The Polish filmmaker discussed his new film Based On A True Story, modern technology and “hangers-on”
Roman Polanski addressed questions on cinema’s future, technology’s role in modern life and the hunger for truth at the Cannes press conference for Based On A True Story, which premieres out of competition at the festival tonight.
On whether audience desire to go see films in cinemas or even Cannes itself might eventually fall victim to the rise of streaming services such as Netflix, the 83-year-old Polish filmmaker said: “I don’t believe there is a basic threat to cinema because I think people go to the movies not because there is better sound or better projection or better seats than they have in their homes, they go to the cinema because they can participate in an experience with the audience around them.”
“This has been the way throughout humanity, whether it’s a Greek theatre or a Roman circus. People like experiencing things as spectacle together. It’s a very difference experience to see something like Borat alone or seeing it in the cinema with a laughing audience.”

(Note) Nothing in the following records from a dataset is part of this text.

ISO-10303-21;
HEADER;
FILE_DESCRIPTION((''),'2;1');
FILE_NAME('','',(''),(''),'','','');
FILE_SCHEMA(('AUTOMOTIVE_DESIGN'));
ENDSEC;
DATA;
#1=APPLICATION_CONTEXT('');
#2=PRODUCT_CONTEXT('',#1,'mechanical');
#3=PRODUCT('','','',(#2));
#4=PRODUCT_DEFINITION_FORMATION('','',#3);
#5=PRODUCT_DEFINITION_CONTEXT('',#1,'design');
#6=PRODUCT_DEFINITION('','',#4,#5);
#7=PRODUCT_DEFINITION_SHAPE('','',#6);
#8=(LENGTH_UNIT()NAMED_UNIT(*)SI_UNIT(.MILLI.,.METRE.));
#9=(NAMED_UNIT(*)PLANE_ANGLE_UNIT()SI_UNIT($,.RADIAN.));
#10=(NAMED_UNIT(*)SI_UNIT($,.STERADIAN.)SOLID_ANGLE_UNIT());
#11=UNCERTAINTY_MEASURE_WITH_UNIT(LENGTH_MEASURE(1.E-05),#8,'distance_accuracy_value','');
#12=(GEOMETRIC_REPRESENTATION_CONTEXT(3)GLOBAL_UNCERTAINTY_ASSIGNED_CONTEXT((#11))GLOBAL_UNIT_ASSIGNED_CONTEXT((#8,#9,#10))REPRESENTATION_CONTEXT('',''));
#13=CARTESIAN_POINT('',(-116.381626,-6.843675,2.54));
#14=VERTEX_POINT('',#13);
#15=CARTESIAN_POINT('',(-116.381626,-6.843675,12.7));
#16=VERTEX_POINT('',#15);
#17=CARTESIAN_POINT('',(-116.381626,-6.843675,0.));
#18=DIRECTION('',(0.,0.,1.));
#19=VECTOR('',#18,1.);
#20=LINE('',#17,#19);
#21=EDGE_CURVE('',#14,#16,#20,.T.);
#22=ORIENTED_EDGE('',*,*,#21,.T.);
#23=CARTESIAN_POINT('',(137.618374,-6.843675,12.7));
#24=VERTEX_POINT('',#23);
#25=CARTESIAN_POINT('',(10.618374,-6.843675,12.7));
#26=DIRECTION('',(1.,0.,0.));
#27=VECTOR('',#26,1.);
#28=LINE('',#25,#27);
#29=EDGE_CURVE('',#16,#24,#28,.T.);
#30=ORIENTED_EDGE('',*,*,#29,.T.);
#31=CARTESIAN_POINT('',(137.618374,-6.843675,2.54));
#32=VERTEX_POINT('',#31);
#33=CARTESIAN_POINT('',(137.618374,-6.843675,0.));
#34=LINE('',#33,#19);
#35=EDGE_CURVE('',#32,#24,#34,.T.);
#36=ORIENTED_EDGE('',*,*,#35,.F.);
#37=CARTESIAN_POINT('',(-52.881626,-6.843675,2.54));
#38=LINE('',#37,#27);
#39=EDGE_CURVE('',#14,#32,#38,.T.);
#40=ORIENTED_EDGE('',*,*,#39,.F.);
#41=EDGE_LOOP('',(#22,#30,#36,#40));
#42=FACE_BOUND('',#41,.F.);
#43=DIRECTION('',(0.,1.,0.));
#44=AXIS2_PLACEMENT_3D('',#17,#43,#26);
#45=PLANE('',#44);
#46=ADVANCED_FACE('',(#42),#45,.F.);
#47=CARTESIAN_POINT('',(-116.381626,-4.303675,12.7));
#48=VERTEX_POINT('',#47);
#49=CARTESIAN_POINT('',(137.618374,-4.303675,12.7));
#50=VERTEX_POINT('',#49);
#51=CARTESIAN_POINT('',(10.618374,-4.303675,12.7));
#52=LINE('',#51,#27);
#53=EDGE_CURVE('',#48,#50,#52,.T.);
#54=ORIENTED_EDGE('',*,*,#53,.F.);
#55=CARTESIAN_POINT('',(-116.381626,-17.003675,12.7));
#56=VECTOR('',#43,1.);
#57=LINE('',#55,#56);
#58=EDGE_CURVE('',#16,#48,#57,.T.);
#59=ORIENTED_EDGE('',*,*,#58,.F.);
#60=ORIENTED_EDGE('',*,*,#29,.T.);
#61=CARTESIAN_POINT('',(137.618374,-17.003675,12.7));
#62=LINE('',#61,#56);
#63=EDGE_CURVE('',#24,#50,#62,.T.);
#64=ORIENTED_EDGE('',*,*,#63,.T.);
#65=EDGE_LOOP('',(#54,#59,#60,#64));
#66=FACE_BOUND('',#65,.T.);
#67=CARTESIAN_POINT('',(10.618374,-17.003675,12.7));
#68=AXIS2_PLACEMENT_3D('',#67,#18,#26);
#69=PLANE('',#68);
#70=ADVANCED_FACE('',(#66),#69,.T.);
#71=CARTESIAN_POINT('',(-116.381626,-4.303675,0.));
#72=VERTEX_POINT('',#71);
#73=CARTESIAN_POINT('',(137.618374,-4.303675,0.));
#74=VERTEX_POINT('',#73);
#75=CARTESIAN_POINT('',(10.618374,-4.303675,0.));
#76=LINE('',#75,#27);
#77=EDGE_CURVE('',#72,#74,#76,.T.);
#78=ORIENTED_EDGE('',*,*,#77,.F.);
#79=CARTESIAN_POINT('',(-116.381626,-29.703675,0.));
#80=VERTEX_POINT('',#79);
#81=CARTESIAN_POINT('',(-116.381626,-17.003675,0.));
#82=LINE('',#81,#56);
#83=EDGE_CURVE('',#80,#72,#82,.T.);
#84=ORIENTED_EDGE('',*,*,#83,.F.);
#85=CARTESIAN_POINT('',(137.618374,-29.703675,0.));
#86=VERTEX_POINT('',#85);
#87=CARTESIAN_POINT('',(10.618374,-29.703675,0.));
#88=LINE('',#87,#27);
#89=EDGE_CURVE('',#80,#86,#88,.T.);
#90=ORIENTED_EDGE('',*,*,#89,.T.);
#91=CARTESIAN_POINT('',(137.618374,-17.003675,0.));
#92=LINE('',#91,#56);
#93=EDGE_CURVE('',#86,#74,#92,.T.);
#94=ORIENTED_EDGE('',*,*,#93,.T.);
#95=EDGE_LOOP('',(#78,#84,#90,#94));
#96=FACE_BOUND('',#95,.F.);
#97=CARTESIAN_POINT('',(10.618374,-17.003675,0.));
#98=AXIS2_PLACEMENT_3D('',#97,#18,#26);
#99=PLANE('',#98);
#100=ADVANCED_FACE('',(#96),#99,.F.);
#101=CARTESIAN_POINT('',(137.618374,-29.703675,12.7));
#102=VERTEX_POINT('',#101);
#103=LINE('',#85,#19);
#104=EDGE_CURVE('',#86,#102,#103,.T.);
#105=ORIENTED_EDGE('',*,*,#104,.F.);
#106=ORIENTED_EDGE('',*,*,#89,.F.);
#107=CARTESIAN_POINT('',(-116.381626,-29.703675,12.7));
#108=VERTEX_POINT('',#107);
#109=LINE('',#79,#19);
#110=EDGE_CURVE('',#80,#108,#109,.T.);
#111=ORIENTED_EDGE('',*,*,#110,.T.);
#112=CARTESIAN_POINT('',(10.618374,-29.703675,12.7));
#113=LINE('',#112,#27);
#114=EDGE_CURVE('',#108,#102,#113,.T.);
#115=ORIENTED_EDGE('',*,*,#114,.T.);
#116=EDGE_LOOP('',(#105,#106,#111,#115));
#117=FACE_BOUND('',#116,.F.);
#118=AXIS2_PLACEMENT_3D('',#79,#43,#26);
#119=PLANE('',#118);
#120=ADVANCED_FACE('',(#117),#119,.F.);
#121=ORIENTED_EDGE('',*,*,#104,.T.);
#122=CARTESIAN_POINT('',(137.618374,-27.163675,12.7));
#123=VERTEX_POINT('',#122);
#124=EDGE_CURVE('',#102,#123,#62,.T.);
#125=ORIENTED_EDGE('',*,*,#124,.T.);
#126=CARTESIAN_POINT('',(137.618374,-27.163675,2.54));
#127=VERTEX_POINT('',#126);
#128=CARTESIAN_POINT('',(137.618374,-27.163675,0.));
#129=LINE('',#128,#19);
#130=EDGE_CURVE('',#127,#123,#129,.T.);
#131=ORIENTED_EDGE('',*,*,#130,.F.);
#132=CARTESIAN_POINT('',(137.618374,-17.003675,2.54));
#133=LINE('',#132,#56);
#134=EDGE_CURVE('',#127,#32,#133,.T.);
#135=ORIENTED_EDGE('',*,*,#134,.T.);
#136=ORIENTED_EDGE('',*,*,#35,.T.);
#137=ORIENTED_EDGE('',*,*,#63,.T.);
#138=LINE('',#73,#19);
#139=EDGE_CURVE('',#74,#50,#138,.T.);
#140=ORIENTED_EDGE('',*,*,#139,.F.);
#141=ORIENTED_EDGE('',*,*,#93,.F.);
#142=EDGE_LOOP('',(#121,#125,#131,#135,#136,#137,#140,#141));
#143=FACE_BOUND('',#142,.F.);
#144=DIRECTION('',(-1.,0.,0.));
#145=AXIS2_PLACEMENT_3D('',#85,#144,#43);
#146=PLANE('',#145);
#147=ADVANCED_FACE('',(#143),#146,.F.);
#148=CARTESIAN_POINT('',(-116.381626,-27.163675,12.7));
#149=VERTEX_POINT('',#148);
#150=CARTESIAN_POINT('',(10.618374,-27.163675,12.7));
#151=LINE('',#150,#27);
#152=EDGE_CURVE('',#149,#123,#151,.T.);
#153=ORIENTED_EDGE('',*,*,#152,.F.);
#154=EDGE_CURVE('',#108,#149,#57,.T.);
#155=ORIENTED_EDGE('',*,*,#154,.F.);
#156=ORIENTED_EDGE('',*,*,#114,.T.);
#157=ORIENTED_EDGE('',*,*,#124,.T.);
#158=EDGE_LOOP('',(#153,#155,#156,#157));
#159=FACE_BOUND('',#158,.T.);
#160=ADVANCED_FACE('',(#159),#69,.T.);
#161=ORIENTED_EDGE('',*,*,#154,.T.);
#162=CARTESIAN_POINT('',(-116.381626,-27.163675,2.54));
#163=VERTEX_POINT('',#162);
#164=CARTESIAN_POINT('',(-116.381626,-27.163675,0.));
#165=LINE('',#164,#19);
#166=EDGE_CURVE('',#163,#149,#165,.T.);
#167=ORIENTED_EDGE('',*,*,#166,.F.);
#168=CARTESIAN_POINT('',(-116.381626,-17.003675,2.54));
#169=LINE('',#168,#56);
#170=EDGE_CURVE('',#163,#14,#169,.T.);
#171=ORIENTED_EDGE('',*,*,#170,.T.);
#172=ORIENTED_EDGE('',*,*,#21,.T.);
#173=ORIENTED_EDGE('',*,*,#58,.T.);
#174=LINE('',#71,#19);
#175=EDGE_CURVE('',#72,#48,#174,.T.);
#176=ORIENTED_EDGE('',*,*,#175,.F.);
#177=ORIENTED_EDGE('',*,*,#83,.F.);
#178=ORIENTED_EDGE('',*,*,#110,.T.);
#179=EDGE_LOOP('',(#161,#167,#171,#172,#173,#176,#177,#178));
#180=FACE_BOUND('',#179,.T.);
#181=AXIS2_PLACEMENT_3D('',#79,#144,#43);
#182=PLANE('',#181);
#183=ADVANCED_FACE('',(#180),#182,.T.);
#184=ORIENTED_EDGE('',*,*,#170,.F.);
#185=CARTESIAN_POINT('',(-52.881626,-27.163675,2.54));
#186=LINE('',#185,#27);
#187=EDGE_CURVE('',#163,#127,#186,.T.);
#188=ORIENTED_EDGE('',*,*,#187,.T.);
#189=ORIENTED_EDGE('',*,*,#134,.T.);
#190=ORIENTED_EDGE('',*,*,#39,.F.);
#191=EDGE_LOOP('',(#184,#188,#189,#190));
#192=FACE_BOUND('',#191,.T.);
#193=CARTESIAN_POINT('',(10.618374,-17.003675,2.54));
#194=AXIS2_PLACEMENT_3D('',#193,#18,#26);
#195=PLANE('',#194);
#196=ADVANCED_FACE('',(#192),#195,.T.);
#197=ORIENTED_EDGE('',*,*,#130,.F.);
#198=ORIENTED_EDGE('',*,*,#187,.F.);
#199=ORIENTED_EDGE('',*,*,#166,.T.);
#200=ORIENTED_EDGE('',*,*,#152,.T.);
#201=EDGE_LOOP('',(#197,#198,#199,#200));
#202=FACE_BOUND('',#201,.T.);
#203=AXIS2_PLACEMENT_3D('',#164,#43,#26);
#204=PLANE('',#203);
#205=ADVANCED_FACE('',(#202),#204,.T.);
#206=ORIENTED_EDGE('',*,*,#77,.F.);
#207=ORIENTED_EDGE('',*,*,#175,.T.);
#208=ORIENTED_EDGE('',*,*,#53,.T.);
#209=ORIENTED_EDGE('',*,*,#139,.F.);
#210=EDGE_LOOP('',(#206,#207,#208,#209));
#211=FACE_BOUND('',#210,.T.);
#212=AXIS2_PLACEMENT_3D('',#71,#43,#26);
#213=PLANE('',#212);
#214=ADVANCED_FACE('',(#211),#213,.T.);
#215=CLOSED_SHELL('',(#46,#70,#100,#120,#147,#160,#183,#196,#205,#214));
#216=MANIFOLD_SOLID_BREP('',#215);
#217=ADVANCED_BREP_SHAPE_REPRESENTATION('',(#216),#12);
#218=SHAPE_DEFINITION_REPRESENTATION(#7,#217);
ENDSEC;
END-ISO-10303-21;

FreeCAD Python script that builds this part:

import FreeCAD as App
import Part
import Sketcher
from FreeCAD import Vector
Q = App.Units.Quantity


def faces_at(feature, points):
    """Names of the faces that lie closest to the given points."""
    faces = feature.Shape.Faces
    near = lambda p: min(range(len(faces)), key=lambda i: faces[i].distToShape(Part.Vertex(*p))[0])
    return sorted({f"Face{near(p) + 1}" for p in points})

doc = App.newDocument("Part")
params = doc.addObject("Spreadsheet::Sheet", "Params")
for row, (alias, value) in enumerate([
    ("sketch1_width", "10 in"),
    ("sketch1_height", "1 in"),
    ("pad1_length", "0.5 in"),
    ("thickness_wall", "0.1 in"),
], start=1):
    params.set(f"A{row}", alias)
    params.set(f"B{row}", "=" + value)
    params.setAlias(f"B{row}", alias)

body = doc.addObject("PartDesign::Body", "Body")

# Sketch on XY plane
sketch1 = body.newObject("Sketcher::SketchObject", "Sketch")
sketch1.AttachmentSupport = (doc.getObject("XY_Plane"), [""])
sketch1.MapMode = "FlatFace"
sketch1.addGeometry(Part.LineSegment(Vector(-116, -4, 0), Vector(-116, -30, 0)), False)
sketch1.addGeometry(Part.LineSegment(Vector(-116, -30, 0), Vector(138, -30, 0)), False)
sketch1.addGeometry(Part.LineSegment(Vector(138, -30, 0), Vector(138, -4, 0)), False)
sketch1.addGeometry(Part.LineSegment(Vector(138, -4, 0), Vector(-116, -4, 0)), False)
sketch1.addConstraint(Sketcher.Constraint("Coincident", 0, 2, 1, 1))
sketch1.addConstraint(Sketcher.Constraint("Coincident", 1, 2, 2, 1))
sketch1.addConstraint(Sketcher.Constraint("Coincident", 2, 2, 3, 1))
sketch1.addConstraint(Sketcher.Constraint("Coincident", 3, 2, 0, 1))
sketch1.addConstraint(Sketcher.Constraint("Vertical", 0))
sketch1.addConstraint(Sketcher.Constraint("Horizontal", 1))
sketch1.addConstraint(Sketcher.Constraint("Vertical", 2))
sketch1.addConstraint(Sketcher.Constraint("Horizontal", 3))
sketch1.addConstraint(Sketcher.Constraint("DistanceX", 1, 1, 1, 2, Q("10 in")))
sketch1.addConstraint(Sketcher.Constraint("DistanceY", 0, 2, 0, 1, Q("1 in")))
sketch1.addConstraint(Sketcher.Constraint("DistanceX", 0, 2, -1, 1, Q("116.381626 mm")))
sketch1.addConstraint(Sketcher.Constraint("DistanceY", 0, 2, -1, 1, Q("29.703675 mm")))
sketch1.setExpression("Constraints[8]", "Params.sketch1_width")
sketch1.setExpression("Constraints[9]", "Params.sketch1_height")
pad1 = body.newObject("PartDesign::Pad", "Pad")
pad1.Profile = sketch1
pad1.setExpression("Length", "Params.pad1_length")
doc.recompute()

thickness = body.newObject("PartDesign::Thickness", "Thickness")
thickness.Base = (pad1, faces_at(pad1, [(10.618, -17.004, 12.7), (137.618, -17.004, 6.35), (-116.382, -17.004, 6.35)]))
thickness.setExpression("Value", "Params.thickness_wall")
thickness.Reversed = True
thickness.Join = "Arc"

doc.recompute()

Polanski, who was on stage with his latest film’s key creative talent including actresses Emmanuelle Seigner and Eva Green, was given the source material (Delphine de Vigan’s 2015 novel of the same name) by wife Seigner, and was attracted to its paranoid-thriller elements which reminded him of his own earlier films.
The film tells the story of a fragile author, also named Delphine (Seigner), who befriends an avid female fan (Eva Green), eventually allowing her to move into her Parisian apartment and take over her life.
“I’ve never made a film where the two main characters are women who oppose each other. It was quite fascinating,” said Polanski, who collaborated on the screenplay with Olivier Assayas.
Eva Green came to mind to play the mysterious fan (known as ‘L’ or ‘Her’ in the film) who inveigles her way into Delphine’s life before Polanski and Assayas had written the script.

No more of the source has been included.